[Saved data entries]
#####

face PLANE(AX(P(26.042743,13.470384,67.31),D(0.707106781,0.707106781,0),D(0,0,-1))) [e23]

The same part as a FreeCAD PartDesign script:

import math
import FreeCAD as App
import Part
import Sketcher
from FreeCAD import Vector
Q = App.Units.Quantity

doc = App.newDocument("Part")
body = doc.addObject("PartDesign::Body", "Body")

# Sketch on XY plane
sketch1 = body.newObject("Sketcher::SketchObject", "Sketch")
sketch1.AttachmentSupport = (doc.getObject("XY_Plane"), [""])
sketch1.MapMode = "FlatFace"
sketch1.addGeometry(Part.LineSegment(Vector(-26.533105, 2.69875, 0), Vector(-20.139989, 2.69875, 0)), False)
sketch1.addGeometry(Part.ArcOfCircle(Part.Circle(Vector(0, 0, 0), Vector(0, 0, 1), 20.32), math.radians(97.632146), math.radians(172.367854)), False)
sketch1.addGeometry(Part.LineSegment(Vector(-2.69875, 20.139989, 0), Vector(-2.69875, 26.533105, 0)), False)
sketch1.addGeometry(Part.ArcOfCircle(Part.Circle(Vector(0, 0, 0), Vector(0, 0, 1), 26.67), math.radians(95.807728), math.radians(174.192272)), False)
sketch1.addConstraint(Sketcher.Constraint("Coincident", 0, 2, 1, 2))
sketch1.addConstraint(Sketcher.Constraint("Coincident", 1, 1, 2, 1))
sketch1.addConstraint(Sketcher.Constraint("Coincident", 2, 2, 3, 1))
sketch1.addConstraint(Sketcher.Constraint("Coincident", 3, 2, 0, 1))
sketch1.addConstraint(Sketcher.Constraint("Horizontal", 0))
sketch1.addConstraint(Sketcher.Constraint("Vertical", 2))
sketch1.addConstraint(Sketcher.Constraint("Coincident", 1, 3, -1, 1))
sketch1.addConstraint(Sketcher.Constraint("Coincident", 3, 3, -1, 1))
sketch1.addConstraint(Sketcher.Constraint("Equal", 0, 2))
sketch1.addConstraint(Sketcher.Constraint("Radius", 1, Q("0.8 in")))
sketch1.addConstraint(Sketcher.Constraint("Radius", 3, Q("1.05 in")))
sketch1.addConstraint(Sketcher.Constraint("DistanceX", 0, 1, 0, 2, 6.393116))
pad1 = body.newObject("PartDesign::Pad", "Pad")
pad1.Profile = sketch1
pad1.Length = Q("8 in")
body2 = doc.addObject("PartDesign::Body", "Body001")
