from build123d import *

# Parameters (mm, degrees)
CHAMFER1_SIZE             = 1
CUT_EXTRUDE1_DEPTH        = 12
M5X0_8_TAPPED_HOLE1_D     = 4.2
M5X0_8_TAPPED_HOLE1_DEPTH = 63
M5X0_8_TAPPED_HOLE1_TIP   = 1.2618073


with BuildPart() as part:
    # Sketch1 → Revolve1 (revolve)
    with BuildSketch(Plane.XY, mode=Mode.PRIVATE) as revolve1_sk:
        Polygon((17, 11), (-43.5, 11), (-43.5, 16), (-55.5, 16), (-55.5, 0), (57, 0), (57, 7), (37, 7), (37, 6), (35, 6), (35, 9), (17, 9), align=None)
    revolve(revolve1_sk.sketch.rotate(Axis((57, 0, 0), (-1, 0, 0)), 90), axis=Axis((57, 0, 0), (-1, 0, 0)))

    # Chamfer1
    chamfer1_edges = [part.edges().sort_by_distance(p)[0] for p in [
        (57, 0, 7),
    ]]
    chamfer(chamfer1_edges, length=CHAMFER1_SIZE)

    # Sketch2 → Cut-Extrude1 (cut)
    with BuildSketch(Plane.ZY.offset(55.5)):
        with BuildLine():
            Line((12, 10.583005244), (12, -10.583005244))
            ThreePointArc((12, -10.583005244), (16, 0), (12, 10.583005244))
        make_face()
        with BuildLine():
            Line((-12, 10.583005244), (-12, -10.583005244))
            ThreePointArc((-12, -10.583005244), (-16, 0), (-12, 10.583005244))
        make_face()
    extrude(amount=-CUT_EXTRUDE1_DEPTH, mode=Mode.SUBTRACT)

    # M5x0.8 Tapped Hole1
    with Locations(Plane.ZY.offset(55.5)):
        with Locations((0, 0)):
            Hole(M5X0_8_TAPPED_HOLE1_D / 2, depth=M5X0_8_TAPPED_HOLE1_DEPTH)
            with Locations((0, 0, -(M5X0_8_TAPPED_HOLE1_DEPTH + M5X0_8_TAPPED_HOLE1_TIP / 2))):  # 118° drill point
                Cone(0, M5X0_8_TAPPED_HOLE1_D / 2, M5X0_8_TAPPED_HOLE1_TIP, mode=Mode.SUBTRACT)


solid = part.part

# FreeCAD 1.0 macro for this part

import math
import FreeCAD as App
import Part
import Sketcher
from FreeCAD import Vector
Q = App.Units.Quantity


def edges_at(feature, points):
    """Names of the edges that pass closest to the given points."""
    edges = feature.Shape.Edges
    near = lambda p: min(range(len(edges)), key=lambda i: edges[i].distToShape(Part.Vertex(*p))[0])
    return sorted({f"Edge{near(p) + 1}" for p in points})


def add_polygon(sketch, points):
    """Adds a closed chain of lines whose ends are joined by coincident constraints."""
    first, n = sketch.GeometryCount, len(points)
    for a, b in zip(points, points[1:] + points[:1]):
        sketch.addGeometry(Part.LineSegment(App.Vector(*a, 0), App.Vector(*b, 0)), False)
    for i in range(n):
        sketch.addConstraint(Sketcher.Constraint("Coincident", first + i, 2, first + (i + 1) % n, 1))

doc = App.newDocument("Part")
params = doc.addObject("Spreadsheet::Sheet", "Params")
for row, (alias, value) in enumerate([
    ("sketch1_width", "12 mm"),
    ("sketch1_width2", "20 mm"),
    ("sketch1_width3", "2 mm"),
    ("sketch1_width4", "18 mm"),
    ("sketch1_height", "5 mm"),
    ("revolution_angle", "360 deg"),
    ("chamfer_size", "1 mm"),
    ("sketch2_radius", "16 mm"),
    ("pocket1_length", "12 mm"),
    ("sketch3_diameter", "4.2 mm"),
    ("hole_diameter", "4.2 mm"),
    ("hole_depth", "63 mm"),
], start=1):
    params.set(f"A{row}", alias)
    params.set(f"B{row}", "=" + value)
    params.setAlias(f"B{row}", alias)

body = doc.addObject("PartDesign::Body", "Body")

# Sketch on XY plane
sketch1 = doc.addObject("Sketcher::SketchObject", "Sketch")
body.addObject(sketch1)
sketch1.AttachmentSupport = (doc.XY_Plane, [""])
sketch1.MapMode = "FlatFace"
add_polygon(sketch1, [(17, 11), (-43.5, 11), (-43.5, 16), (-55.5, 16), (-55.5, 0), (57, 0), (57, 7), (37, 7), (37, 6), (35, 6), (35, 9), (17, 9)])  # lines 0-11
sketch1.addConstraint([
    Sketcher.Constraint("Horizontal", 0),
    Sketcher.Constraint("Vertical", 1),
    Sketcher.Constraint("Horizontal", 2),
    Sketcher.Constraint("Vertical", 3),
    Sketcher.Constraint("Horizontal", 4),
    Sketcher.Constraint("Vertical", 5),
    Sketcher.Constraint("Horizontal", 6),
    Sketcher.Constraint("Vertical", 7),
    Sketcher.Constraint("Horizontal", 8),
    Sketcher.Constraint("Vertical", 9),
    Sketcher.Constraint("Horizontal", 10),
    Sketcher.Constraint("Vertical", 11),
    Sketcher.Constraint("PointOnObject", 3, 2, -1),
    Sketcher.Constraint("Equal", 8, 11),
    Sketcher.Constraint("DistanceX", 2, 2, 2, 1, Q("12 mm")),
    Sketcher.Constraint("DistanceX", 6, 2, 6, 1, Q("20 mm")),
    Sketcher.Constraint("DistanceX", 8, 2, 8, 1, Q("2 mm")),
    Sketcher.Constraint("DistanceX", 10, 2, 10, 1, Q("18 mm")),
    Sketcher.Constraint("DistanceY", 1, 1, 1, 2, Q("5 mm")),
    Sketcher.Constraint("DistanceY", 3, 2, 3, 1, Q("16 mm")),
    Sketcher.Constraint("DistanceY", 5, 1, 5, 2, Q("7 mm")),
    Sketcher.Constraint("DistanceY", 7, 2, 7, 1, Q("1 mm")),
    Sketcher.Constraint("DistanceX", 0, 2, 0, 1, Q("60.5 mm")),
    Sketcher.Constraint("DistanceX", -1, 1, 4, 2, Q("57 mm")),
])
sketch1.setExpression("Constraints[26]", "Params.sketch1_width")
sketch1.setExpression("Constraints[27]", "Params.sketch1_width2")
sketch1.setExpression("Constraints[28]", "Params.sketch1_width3")
sketch1.setExpression("Constraints[29]", "Params.sketch1_width4")
sketch1.setExpression("Constraints[30]", "Params.sketch1_height")
revolution = doc.addObject("PartDesign::Revolution", "Revolution")
body.addObject(revolution)
revolution.Profile = sketch1
revolution.ReferenceAxis = (sketch1, ["H_Axis"])
revolution.setExpression("Angle", "Params.revolution_angle")
doc.recompute()

chamfer = doc.addObject("PartDesign::Chamfer", "Chamfer")
body.addObject(chamfer)
chamfer.Base = (revolution, edges_at(revolution, [(57, 0, 7)]))
chamfer.setExpression("Size", "Params.chamfer_size")

# Sketch on YZ plane
sketch2 = doc.addObject("Sketcher::SketchObject", "Sketch001")
body.addObject(sketch2)
sketch2.AttachmentSupport = (doc.YZ_Plane, [""])
sketch2.MapMode = "FlatFace"
sketch2.AttachmentOffset = App.Placement(Vector(0, 0, -55.5), App.Rotation())
sketch2.addGeometry([
    Part.LineSegment(Vector(11, 12, 0), Vector(-11, 12, 0)),
    Part.ArcOfCircle(Part.Circle(Vector(0, 0, 0), Vector(0, 0, 1), 16), math.radians(49), math.radians(131)),
    Part.LineSegment(Vector(-11, -12, 0), Vector(11, -12, 0)),
    Part.ArcOfCircle(Part.Circle(Vector(0, 0, 0), Vector(0, 0, 1), 16), math.radians(-131), math.radians(-49)),
], False)
sketch2.addConstraint([
    Sketcher.Constraint("Coincident", 0, 1, 1, 1),
    Sketcher.Constraint("Coincident", 1, 2, 0, 2),
    Sketcher.Constraint("Coincident", 2, 1, 3, 1),
    Sketcher.Constraint("Coincident", 3, 2, 2, 2),
    Sketcher.Constraint("Horizontal", 0),
    Sketcher.Constraint("Horizontal", 2),
    Sketcher.Constraint("Coincident", 1, 3, -1, 1),
    Sketcher.Constraint("Coincident", 3, 3, -1, 1),
    Sketcher.Constraint("Equal", 1, 3),
    Sketcher.Constraint("Vertical", 1, 2, 2, 1),
    Sketcher.Constraint("Radius", 1, Q("16 mm")),
    Sketcher.Constraint("DistanceY", -1, 1, 0, 1, Q("12 mm")),
])
sketch2.setExpression("Constraints[10]", "Params.sketch2_radius")
pocket1 = doc.addObject("PartDesign::Pocket", "Pocket")
body.addObject(pocket1)
pocket1.Profile = sketch2
pocket1.setExpression("Length", "Params.pocket1_length")
pocket1.Reversed = True

# Sketch on YZ plane
sketch3 = doc.addObject("Sketcher::SketchObject", "Sketch002")
body.addObject(sketch3)
sketch3.AttachmentSupport = (doc.YZ_Plane, [""])
sketch3.MapMode = "FlatFace"
sketch3.AttachmentOffset = App.Placement(Vector(0, 0, -55.5), App.Rotation())
sketch3.addGeometry(Part.Circle(Vector(0, 0, 0), Vector(0, 0, 1), 2.1), False)
sketch3.addConstraint([
    Sketcher.Constraint("Coincident", 0, 3, -1, 1),
    Sketcher.Constraint("Diameter", 0, Q("4.2 mm")),
])
sketch3.setExpression("Constraints[1]", "Params.sketch3_diameter")
doc.recompute()
hole = doc.addObject("PartDesign::Hole", "Hole")
body.addObject(hole)
hole.Profile = sketch3
hole.ThreadType = "None"
hole.setExpression("Diameter", "Params.hole_diameter")
hole.DepthType = "Dimension"
hole.setExpression("Depth", "Params.hole_depth")
hole.DrillPoint = "Angled"
hole.DrillPointAngle = 118
hole.Reversed = True

doc.recompute()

#####

* _EXERCISE GOAL_
Which lines in the records above contain the string "SUBTRACT"? Copy them.

* _PROBLEM SOLUTION_
    extrude(amount=-CUT_EXTRUDE1_DEPTH, mode=Mode.SUBTRACT)
                Cone(0, M5X0_8_TAPPED_HOLE1_D / 2, M5X0_8_TAPPED_HOLE1_TIP, mode=Mode.SUBTRACT)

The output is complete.